Farmers’ Markets: The Potential Cure for Food Deserts?

For millions of U.S. citizens their diets consist primarily of fast food. Unfortunately, however, this is not by choice. While no one is sitting these Americans down and forcing burgers and fries down their throats, many people would argue that they are still indirectly forced to eat this type of food.

Now I’m sure you’re thinking for millions of Americans it is difficult to afford anything other than fast food. Yes, this is definitely a factor, but it is not the only one, or even the key one. One of the main reasons that millions of diets lack important foods and nutrients is because of food deserts. Imagine living in a poor inner-city community. You leave your home looking for a place to eat lunch. With no car you’re forced to find a restaurant or food market within walking distance. Every corner you turn all you see are drive-thru restaurants and gas station convenience stores. With no other options, and little money in your pockets, you decide to get the most “bang for your buck,” and order a typical fast food meal.

This is a typical scenario for millions of Americans. Food deserts are a major problem in the fight against obesity and poor nutrition. For the people living in food deserts, healthy food options are simply not available. Little availability to fresh foods is linked to numerous health problems including obesity, diabetes, and even cancer. Society often assumes that obesity is a disease brought about by a person’s informed decisions to choose to eat poorly. However, more often than not this is not true.

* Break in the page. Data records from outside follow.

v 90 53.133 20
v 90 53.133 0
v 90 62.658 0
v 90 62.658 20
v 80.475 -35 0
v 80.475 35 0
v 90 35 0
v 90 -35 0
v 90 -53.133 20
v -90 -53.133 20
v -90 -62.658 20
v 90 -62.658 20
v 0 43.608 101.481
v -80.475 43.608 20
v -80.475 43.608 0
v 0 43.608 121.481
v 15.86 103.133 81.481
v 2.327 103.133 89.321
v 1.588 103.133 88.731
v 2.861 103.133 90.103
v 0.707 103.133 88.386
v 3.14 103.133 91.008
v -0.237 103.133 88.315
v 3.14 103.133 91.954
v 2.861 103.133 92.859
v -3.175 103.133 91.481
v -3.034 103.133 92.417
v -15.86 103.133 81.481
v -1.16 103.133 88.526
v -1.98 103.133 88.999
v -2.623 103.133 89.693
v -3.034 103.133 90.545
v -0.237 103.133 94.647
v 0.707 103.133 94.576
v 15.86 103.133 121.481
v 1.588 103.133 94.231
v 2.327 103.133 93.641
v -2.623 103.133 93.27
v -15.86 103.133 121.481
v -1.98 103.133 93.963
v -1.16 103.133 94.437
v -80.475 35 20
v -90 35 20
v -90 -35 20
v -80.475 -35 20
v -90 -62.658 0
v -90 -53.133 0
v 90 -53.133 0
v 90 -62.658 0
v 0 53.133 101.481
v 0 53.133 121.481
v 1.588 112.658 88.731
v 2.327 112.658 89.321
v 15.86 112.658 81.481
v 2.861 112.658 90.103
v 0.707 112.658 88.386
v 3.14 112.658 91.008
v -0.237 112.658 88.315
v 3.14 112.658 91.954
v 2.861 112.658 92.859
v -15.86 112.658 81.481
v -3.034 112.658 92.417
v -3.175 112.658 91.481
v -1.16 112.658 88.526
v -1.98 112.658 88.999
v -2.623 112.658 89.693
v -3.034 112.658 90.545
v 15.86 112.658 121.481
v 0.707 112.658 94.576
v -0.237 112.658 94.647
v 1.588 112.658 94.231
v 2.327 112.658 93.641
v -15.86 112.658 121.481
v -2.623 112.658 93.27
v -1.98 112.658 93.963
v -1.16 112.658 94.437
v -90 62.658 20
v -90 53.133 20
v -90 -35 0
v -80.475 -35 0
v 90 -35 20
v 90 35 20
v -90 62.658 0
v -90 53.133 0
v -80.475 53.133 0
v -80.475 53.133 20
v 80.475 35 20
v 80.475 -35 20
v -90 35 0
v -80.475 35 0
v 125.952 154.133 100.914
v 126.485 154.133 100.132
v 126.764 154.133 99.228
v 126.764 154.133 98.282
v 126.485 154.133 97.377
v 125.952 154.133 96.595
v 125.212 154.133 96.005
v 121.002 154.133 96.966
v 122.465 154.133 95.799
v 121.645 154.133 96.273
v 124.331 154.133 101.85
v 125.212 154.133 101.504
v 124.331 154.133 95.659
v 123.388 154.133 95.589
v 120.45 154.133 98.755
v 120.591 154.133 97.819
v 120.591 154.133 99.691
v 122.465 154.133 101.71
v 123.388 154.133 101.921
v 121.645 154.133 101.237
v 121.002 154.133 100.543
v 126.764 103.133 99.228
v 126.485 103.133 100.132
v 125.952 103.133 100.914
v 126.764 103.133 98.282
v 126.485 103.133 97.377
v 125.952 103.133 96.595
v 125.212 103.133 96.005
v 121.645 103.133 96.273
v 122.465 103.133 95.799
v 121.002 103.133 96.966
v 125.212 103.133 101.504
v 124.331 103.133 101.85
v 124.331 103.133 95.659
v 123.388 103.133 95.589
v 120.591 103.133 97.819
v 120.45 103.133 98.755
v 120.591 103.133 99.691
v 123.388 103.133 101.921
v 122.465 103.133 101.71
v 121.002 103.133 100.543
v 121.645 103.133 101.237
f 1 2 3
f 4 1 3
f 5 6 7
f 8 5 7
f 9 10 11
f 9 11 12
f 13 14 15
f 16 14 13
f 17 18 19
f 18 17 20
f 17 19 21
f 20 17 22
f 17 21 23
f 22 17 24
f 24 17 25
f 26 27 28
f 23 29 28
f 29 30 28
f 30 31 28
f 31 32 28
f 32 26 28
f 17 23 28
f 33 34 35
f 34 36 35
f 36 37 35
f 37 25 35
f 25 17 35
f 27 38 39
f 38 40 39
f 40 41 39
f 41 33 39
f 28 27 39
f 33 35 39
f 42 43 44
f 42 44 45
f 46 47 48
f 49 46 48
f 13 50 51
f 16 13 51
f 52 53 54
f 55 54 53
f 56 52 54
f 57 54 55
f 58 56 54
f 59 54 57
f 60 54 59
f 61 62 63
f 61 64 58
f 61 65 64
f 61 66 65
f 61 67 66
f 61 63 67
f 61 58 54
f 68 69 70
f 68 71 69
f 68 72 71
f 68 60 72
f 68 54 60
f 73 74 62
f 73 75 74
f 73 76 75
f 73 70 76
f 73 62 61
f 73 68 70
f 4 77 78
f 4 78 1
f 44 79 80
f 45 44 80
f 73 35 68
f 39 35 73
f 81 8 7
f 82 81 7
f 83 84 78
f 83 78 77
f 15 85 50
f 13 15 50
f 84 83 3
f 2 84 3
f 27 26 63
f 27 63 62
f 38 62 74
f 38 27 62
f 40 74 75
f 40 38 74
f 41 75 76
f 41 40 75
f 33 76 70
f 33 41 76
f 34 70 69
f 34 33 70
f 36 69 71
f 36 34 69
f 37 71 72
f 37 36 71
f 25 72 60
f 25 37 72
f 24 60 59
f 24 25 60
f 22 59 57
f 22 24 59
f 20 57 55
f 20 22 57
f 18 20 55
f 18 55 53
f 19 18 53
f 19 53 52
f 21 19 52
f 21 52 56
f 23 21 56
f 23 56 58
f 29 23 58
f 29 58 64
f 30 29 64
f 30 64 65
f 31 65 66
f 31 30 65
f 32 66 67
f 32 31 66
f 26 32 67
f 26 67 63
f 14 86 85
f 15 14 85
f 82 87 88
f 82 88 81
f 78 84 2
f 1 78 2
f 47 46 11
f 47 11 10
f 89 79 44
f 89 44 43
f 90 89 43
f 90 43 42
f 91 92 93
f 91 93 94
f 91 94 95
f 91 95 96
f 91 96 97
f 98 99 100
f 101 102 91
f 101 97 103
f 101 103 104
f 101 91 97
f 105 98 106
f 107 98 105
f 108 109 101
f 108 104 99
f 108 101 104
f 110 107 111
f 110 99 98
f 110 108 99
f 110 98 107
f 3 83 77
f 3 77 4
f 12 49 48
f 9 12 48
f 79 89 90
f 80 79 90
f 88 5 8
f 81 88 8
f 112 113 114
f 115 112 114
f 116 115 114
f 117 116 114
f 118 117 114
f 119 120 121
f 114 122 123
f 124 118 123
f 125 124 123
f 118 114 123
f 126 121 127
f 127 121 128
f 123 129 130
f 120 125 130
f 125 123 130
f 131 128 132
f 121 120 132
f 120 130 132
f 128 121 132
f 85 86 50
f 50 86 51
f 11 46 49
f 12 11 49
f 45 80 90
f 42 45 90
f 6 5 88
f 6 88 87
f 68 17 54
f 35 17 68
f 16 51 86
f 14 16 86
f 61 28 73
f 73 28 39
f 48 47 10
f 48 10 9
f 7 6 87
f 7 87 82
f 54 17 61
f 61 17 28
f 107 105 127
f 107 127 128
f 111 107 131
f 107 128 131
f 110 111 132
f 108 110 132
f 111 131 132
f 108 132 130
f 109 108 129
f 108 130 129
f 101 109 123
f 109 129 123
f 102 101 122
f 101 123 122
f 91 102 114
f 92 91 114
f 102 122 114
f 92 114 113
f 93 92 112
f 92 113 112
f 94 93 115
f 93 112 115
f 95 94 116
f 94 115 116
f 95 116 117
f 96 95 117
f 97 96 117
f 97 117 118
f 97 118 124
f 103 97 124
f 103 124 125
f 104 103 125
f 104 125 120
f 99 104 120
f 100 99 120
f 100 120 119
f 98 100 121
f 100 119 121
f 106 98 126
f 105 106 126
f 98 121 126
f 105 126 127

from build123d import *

# Parameters (mm, degrees)
F1_W     = 180
F1_H     = 9.525
F2_DEPTH = 20
F1_W_2   = 9.525
F1_H_2   = 70
F4_DEPTH = 9.525
F6_W     = 31.7202090866
F6_H     = 40
F6_R     = 3.175
F7_DEPTH = 9.525
F8_R     = 3.175
F9_DEPTH = 51


with BuildPart() as f2:
    # F1 (on Top) → F2 (new body)
    with BuildSketch(Plane.XY):
        with Locations((0, 57.8950265765)):
            Rectangle(F1_W, F1_H)
    extrude(amount=F2_DEPTH)


with BuildPart() as f2b:
    # F1 (on Top) → F2, piece 2 (new body)
    with BuildSketch(Plane.XY):
        with Locations((-85.2375, 0)):
            Rectangle(F1_W_2, F1_H_2)
    extrude(amount=F2_DEPTH)


with BuildPart() as f2c:
    # F1 (on Top) → F2, piece 3 (new body)
    with BuildSketch(Plane.XY):
        with Locations((0, -57.8950265765)):
            Rectangle(F1_W, F1_H)
    extrude(amount=F2_DEPTH)


with BuildPart() as f2d:
    # F1 (on Top) → F2, piece 4 (new body)
    with BuildSketch(Plane.XY):
        with Locations((85.2375, 0)):
            Rectangle(F1_W_2, F1_H_2)
    extrude(amount=F2_DEPTH)


with BuildPart() as f4:
    # F3 (on face) → F4 (new body)
    with BuildSketch(Plane.XZ.offset(-53.1325265765)):
        Polygon((0, 121.4810460806), (-80.475, 20), (-80.475, 0), (0, 101.4810460806), align=None)
    extrude(amount=F4_DEPTH)


with BuildPart() as f7:
    # F6 (on offset) → F7 (new body)
    with BuildSketch(Plane(origin=(0, 103.1325265765, 0), x_dir=(-1, 0, 0), z_dir=(0, 1, 0))):
        with Locations((0, 101.4810460806)):
            Rectangle(F6_W, F6_H)
        with Locations((0, 91.4810460806)):
            Circle(F6_R, mode=Mode.SUBTRACT)
    extrude(amount=F7_DEPTH)


with BuildPart() as f9:
    # F8 (on offset) → F9 (new body)
    with BuildSketch(Plane(origin=(0, 103.1325265765, 0), x_dir=(-1, 0, 0), z_dir=(0, 1, 0))):
        with Locations((-123.6248090863, 98.7548306584)):
            Circle(F8_R)
    extrude(amount=F9_DEPTH)


with BuildPart() as f10_1:
    # F10: instance of F4
    add(f4.part.mirror(Plane(origin=(0, 48.3700265765, 111.4810460806), x_dir=(0, 1, 0), z_dir=(1, 0, 0))))


solid = Compound([f2.part, f2b.part, f2c.part, f2d.part, f4.part, f7.part, f9.part])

The creation of food deserts came about because of the migration of middle and upper class citizens to suburban areas. As the upper and middle classes were able to afford vehicles they began to move away from city centers and towards suburban areas. The large supermarkets and grocery stores soon followed suit, and the citizens in the poor inner-city areas were left with little resources for fresh foods.

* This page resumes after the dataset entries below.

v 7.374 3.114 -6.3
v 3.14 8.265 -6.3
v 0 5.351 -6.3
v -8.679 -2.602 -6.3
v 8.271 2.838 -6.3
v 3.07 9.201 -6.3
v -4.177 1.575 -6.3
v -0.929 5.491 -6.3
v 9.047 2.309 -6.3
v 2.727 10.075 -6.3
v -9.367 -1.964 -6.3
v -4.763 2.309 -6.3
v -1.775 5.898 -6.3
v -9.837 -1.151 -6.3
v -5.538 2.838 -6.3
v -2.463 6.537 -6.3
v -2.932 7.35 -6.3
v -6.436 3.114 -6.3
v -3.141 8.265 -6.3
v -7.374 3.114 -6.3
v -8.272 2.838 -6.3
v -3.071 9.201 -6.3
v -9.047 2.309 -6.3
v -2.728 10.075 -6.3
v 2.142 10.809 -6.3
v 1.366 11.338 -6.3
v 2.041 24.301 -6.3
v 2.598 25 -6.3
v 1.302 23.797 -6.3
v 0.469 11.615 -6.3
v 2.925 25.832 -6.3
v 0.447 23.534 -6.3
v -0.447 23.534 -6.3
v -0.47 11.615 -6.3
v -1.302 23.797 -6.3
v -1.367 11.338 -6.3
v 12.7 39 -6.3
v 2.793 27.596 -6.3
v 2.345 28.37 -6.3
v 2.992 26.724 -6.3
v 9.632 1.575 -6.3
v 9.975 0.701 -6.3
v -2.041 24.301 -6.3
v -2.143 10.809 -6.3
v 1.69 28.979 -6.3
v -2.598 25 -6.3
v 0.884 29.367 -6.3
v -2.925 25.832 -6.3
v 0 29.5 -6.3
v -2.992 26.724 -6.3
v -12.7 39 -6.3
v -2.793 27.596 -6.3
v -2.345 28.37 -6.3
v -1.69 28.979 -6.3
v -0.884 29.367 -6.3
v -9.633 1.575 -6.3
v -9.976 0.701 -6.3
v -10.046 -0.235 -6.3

Bringing fresh foods to inner-city citizens via supermarkets and large grocery stores is complicated, expensive and very time consuming. A fantastic alternative to the large grocery store chains is the farmers’ market. Farmers’ markets are relatively easy to establish in comparison to large brick and mortar stores. They are a direct injection of fresh and healthy foods into areas saturated with fast food restaurants.

I strongly believe in promoting farmers’ markets, as they not only help in providing healthy food options, but also help to stimulate consumer spending. People are more inclined to purchase products when they know that they are helping to support their community and neighbors. Farmers’ markets bring communities together and foster a sense of pride for one’s neighborhood. Yes, it’s true that food at farmers’ markets can be more expensive than the food found at a Walmart or Kroger. However, as the importance of fresh foods gains awareness I believe people will be willing to spend more on such products. With no stores selling fresh foods in food deserts, farmers’ markets can capture the entire market for fresh food within these areas.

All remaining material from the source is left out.